**AVAILABLE RECORDS:**
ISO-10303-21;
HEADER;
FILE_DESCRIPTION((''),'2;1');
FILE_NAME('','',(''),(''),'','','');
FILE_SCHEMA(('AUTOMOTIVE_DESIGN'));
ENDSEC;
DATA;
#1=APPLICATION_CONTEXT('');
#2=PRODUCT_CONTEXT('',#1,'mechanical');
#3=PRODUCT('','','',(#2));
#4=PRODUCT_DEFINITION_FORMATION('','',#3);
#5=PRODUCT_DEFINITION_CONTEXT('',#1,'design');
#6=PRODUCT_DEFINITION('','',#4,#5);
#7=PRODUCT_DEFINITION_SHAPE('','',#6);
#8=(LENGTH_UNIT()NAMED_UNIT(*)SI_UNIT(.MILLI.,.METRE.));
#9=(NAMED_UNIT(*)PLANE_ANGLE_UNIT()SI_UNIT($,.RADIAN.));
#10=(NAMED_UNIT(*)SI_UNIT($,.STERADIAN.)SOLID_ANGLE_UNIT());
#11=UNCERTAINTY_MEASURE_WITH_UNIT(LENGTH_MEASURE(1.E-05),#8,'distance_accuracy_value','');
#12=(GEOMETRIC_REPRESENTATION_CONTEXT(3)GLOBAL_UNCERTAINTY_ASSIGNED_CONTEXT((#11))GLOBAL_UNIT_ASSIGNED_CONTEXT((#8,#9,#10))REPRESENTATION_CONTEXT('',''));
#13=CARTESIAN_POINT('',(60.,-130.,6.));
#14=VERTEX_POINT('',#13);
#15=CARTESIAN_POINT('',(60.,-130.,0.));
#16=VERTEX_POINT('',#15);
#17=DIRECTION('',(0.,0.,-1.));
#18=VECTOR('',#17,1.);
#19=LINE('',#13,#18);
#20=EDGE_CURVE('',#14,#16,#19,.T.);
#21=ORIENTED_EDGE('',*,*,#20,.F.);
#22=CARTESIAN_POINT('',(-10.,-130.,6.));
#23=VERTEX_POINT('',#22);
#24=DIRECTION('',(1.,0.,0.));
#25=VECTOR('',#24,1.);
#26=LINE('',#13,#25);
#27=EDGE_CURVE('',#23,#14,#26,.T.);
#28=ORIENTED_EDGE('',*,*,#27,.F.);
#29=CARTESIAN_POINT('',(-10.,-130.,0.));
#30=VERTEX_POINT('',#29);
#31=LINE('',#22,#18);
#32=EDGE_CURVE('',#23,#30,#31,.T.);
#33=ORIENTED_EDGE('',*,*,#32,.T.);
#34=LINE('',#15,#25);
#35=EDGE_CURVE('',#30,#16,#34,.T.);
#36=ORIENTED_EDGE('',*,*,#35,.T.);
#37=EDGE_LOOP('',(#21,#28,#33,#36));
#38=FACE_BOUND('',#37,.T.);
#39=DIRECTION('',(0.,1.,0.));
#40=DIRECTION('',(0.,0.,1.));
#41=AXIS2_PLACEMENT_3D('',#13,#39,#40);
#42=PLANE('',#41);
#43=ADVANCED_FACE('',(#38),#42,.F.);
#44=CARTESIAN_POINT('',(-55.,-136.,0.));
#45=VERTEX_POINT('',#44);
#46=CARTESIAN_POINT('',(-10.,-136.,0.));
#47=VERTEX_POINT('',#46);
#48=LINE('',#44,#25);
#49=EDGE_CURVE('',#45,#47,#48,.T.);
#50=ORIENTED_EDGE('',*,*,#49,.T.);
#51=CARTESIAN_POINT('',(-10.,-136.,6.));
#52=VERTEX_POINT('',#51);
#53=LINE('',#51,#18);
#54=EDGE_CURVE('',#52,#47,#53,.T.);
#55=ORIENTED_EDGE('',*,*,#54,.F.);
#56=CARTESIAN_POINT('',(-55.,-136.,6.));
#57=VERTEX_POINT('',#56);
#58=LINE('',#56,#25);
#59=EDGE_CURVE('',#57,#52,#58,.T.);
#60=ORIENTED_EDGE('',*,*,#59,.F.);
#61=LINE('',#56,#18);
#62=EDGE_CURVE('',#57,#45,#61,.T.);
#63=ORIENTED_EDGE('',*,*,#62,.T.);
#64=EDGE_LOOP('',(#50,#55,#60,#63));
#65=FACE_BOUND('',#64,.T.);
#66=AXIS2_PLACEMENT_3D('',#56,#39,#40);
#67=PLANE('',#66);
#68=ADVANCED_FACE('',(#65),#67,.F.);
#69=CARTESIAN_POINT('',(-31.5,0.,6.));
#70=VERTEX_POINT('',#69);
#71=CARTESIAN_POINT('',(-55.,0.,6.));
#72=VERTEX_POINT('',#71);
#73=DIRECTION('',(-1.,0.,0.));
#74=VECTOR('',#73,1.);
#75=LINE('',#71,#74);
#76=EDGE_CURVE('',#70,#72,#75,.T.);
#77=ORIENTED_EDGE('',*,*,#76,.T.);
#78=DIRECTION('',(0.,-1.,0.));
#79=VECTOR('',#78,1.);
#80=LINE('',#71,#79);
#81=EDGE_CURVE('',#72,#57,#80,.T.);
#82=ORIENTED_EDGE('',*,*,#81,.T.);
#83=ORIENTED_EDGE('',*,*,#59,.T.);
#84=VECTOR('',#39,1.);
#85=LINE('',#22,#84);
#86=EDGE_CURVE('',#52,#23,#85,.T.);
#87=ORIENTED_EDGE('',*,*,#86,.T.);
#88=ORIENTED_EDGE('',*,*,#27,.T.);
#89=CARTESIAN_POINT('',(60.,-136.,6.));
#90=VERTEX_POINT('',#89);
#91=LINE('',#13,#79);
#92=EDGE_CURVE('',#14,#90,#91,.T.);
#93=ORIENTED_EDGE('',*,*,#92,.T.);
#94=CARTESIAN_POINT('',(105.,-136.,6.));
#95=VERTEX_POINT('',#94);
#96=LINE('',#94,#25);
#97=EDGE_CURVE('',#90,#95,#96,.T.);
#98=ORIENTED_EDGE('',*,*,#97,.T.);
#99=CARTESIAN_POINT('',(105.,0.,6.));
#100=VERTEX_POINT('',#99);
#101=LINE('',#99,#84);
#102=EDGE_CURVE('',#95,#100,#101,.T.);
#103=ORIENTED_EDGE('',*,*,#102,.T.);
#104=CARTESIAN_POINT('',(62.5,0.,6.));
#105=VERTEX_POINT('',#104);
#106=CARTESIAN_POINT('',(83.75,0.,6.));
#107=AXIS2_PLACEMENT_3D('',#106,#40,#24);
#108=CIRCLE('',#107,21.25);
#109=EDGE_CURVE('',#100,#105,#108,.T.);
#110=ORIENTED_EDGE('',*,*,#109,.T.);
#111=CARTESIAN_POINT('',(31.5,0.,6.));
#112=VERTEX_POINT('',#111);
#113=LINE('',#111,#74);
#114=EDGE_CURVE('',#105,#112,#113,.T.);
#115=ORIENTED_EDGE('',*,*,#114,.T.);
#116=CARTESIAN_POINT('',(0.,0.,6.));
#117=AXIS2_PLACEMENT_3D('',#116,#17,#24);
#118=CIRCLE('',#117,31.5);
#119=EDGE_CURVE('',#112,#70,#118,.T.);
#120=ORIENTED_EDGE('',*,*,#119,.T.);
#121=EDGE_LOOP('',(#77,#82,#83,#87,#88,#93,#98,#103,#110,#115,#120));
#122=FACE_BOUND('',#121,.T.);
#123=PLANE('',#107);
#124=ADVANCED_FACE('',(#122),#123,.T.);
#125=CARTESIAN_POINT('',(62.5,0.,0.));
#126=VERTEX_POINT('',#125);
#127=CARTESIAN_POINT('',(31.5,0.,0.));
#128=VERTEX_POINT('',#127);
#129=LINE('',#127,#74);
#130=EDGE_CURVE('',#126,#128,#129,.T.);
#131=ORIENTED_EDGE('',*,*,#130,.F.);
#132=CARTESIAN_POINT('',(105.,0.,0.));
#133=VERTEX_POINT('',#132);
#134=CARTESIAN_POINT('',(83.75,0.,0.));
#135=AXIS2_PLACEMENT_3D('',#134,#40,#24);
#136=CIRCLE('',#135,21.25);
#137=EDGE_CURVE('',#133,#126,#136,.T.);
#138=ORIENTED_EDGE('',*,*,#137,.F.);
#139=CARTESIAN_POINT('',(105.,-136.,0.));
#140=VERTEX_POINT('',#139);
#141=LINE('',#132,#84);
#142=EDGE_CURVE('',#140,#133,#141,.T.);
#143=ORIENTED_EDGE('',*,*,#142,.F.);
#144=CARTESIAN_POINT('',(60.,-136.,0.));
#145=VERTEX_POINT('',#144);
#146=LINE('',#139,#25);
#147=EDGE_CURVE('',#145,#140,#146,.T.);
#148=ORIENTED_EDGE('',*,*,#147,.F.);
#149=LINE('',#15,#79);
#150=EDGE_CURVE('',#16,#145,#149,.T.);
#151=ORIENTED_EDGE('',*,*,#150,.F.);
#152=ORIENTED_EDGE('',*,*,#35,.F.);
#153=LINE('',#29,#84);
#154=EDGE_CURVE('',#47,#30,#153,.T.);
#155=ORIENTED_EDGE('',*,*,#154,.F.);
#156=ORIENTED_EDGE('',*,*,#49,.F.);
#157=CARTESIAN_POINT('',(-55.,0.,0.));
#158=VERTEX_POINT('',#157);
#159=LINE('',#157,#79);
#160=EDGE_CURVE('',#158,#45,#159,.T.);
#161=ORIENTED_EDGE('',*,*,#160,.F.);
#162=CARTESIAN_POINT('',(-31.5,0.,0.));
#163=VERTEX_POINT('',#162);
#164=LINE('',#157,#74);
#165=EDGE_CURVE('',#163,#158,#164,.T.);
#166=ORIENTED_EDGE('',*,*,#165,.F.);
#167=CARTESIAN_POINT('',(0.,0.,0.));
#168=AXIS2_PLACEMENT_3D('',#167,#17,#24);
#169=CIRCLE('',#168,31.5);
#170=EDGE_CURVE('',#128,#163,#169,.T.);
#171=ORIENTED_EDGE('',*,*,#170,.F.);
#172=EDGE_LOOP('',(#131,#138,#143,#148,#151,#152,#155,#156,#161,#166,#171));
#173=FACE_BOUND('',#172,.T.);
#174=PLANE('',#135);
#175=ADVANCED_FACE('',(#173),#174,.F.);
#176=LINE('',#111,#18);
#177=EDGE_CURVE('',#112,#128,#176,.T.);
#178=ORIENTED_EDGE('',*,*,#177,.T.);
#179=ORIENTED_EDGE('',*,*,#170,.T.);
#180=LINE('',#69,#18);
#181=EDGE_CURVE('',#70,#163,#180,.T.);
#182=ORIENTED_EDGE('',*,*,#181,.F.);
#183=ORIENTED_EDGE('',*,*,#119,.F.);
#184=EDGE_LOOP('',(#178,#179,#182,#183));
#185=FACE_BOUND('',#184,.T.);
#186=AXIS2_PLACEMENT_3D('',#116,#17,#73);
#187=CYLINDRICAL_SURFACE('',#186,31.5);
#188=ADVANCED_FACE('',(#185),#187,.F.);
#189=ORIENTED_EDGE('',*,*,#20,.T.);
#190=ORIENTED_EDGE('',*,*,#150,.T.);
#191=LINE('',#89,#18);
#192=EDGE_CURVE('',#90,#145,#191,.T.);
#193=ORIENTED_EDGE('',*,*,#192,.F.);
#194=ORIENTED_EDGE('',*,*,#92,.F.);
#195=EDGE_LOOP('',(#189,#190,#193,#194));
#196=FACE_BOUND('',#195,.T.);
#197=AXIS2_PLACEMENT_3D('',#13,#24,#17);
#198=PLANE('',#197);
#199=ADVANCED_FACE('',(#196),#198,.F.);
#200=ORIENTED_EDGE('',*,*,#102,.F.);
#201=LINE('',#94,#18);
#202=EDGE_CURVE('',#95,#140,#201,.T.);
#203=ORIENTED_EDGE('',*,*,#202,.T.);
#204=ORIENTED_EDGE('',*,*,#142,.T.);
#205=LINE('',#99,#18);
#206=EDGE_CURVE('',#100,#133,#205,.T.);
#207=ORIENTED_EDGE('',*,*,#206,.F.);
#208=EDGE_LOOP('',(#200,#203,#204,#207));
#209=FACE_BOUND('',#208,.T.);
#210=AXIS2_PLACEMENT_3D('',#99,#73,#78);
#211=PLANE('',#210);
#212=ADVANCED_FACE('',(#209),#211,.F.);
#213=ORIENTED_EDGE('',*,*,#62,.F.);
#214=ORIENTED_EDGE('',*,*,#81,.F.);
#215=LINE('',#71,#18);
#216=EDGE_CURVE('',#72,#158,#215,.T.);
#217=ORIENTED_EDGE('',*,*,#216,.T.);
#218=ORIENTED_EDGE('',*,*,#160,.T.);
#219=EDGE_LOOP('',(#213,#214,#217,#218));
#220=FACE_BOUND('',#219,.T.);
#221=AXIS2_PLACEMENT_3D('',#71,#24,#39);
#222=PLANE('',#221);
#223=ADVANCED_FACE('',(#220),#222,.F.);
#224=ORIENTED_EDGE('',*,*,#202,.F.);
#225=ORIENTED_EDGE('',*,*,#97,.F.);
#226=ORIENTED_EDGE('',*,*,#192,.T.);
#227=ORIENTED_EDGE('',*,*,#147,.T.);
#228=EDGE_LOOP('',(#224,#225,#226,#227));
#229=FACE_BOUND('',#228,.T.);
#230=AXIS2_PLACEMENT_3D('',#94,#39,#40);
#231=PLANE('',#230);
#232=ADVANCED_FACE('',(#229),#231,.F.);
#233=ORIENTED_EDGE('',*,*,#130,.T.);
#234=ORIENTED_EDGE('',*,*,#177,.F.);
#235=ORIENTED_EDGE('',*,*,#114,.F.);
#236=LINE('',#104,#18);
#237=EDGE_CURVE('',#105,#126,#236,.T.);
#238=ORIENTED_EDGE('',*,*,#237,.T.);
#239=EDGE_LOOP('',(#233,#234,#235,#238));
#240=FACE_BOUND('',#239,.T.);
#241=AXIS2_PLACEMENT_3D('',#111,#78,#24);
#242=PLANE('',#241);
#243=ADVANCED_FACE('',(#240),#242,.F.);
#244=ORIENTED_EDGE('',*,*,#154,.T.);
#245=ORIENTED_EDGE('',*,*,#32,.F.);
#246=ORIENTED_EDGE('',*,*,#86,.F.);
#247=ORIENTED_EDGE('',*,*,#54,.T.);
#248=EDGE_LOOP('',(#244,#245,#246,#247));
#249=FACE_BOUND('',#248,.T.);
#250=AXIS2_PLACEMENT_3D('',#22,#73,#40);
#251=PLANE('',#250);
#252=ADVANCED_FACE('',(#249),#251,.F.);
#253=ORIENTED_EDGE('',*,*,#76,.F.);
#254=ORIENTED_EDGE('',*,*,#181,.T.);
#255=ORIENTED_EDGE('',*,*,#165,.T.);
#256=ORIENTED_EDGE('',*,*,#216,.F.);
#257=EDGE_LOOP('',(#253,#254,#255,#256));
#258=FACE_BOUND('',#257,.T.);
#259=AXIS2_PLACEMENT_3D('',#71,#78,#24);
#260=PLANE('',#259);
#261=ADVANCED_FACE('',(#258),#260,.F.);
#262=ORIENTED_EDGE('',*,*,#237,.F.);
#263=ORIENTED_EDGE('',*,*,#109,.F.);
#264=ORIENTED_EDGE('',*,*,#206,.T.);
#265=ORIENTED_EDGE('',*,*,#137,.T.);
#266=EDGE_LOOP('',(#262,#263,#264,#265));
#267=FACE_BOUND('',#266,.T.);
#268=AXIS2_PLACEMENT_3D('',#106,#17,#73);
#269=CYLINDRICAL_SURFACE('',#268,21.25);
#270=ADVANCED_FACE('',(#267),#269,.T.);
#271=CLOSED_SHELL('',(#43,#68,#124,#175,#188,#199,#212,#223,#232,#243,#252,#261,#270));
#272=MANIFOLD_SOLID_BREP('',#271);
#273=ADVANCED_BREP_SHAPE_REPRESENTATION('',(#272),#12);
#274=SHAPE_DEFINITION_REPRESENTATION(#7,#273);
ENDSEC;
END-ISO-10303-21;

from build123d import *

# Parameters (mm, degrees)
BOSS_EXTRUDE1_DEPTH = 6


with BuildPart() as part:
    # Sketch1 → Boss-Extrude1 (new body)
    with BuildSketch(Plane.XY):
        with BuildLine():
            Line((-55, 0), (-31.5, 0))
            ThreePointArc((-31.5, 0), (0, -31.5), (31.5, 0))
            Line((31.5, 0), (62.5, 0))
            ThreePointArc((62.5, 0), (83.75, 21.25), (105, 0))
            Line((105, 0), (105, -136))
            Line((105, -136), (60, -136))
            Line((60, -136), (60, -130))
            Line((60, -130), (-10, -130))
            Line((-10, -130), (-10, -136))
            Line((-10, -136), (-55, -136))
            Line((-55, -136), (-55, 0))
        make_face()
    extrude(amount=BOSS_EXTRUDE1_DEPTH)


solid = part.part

**WHAT IS EXPECTED:**
Up to and including the line that contains "#10=(NAMED_UNIT(*)SI_UNIT($,.STERADIAN.)SOLID_ANGLE_UNIT());", restate word for word every line of the entries, starting from the first.

**SOLUTION FOR THIS PROBLEM:**
ISO-10303-21;
HEADER;
FILE_DESCRIPTION((''),'2;1');
FILE_NAME('','',(''),(''),'','','');
FILE_SCHEMA(('AUTOMOTIVE_DESIGN'));
ENDSEC;
DATA;
#1=APPLICATION_CONTEXT('');
#2=PRODUCT_CONTEXT('',#1,'mechanical');
#3=PRODUCT('','','',(#2));
#4=PRODUCT_DEFINITION_FORMATION('','',#3);
#5=PRODUCT_DEFINITION_CONTEXT('',#1,'design');
#6=PRODUCT_DEFINITION('','',#4,#5);
#7=PRODUCT_DEFINITION_SHAPE('','',#6);
#8=(LENGTH_UNIT()NAMED_UNIT(*)SI_UNIT(.MILLI.,.METRE.));
#9=(NAMED_UNIT(*)PLANE_ANGLE_UNIT()SI_UNIT($,.RADIAN.));
#10=(NAMED_UNIT(*)SI_UNIT($,.STERADIAN.)SOLID_ANGLE_UNIT());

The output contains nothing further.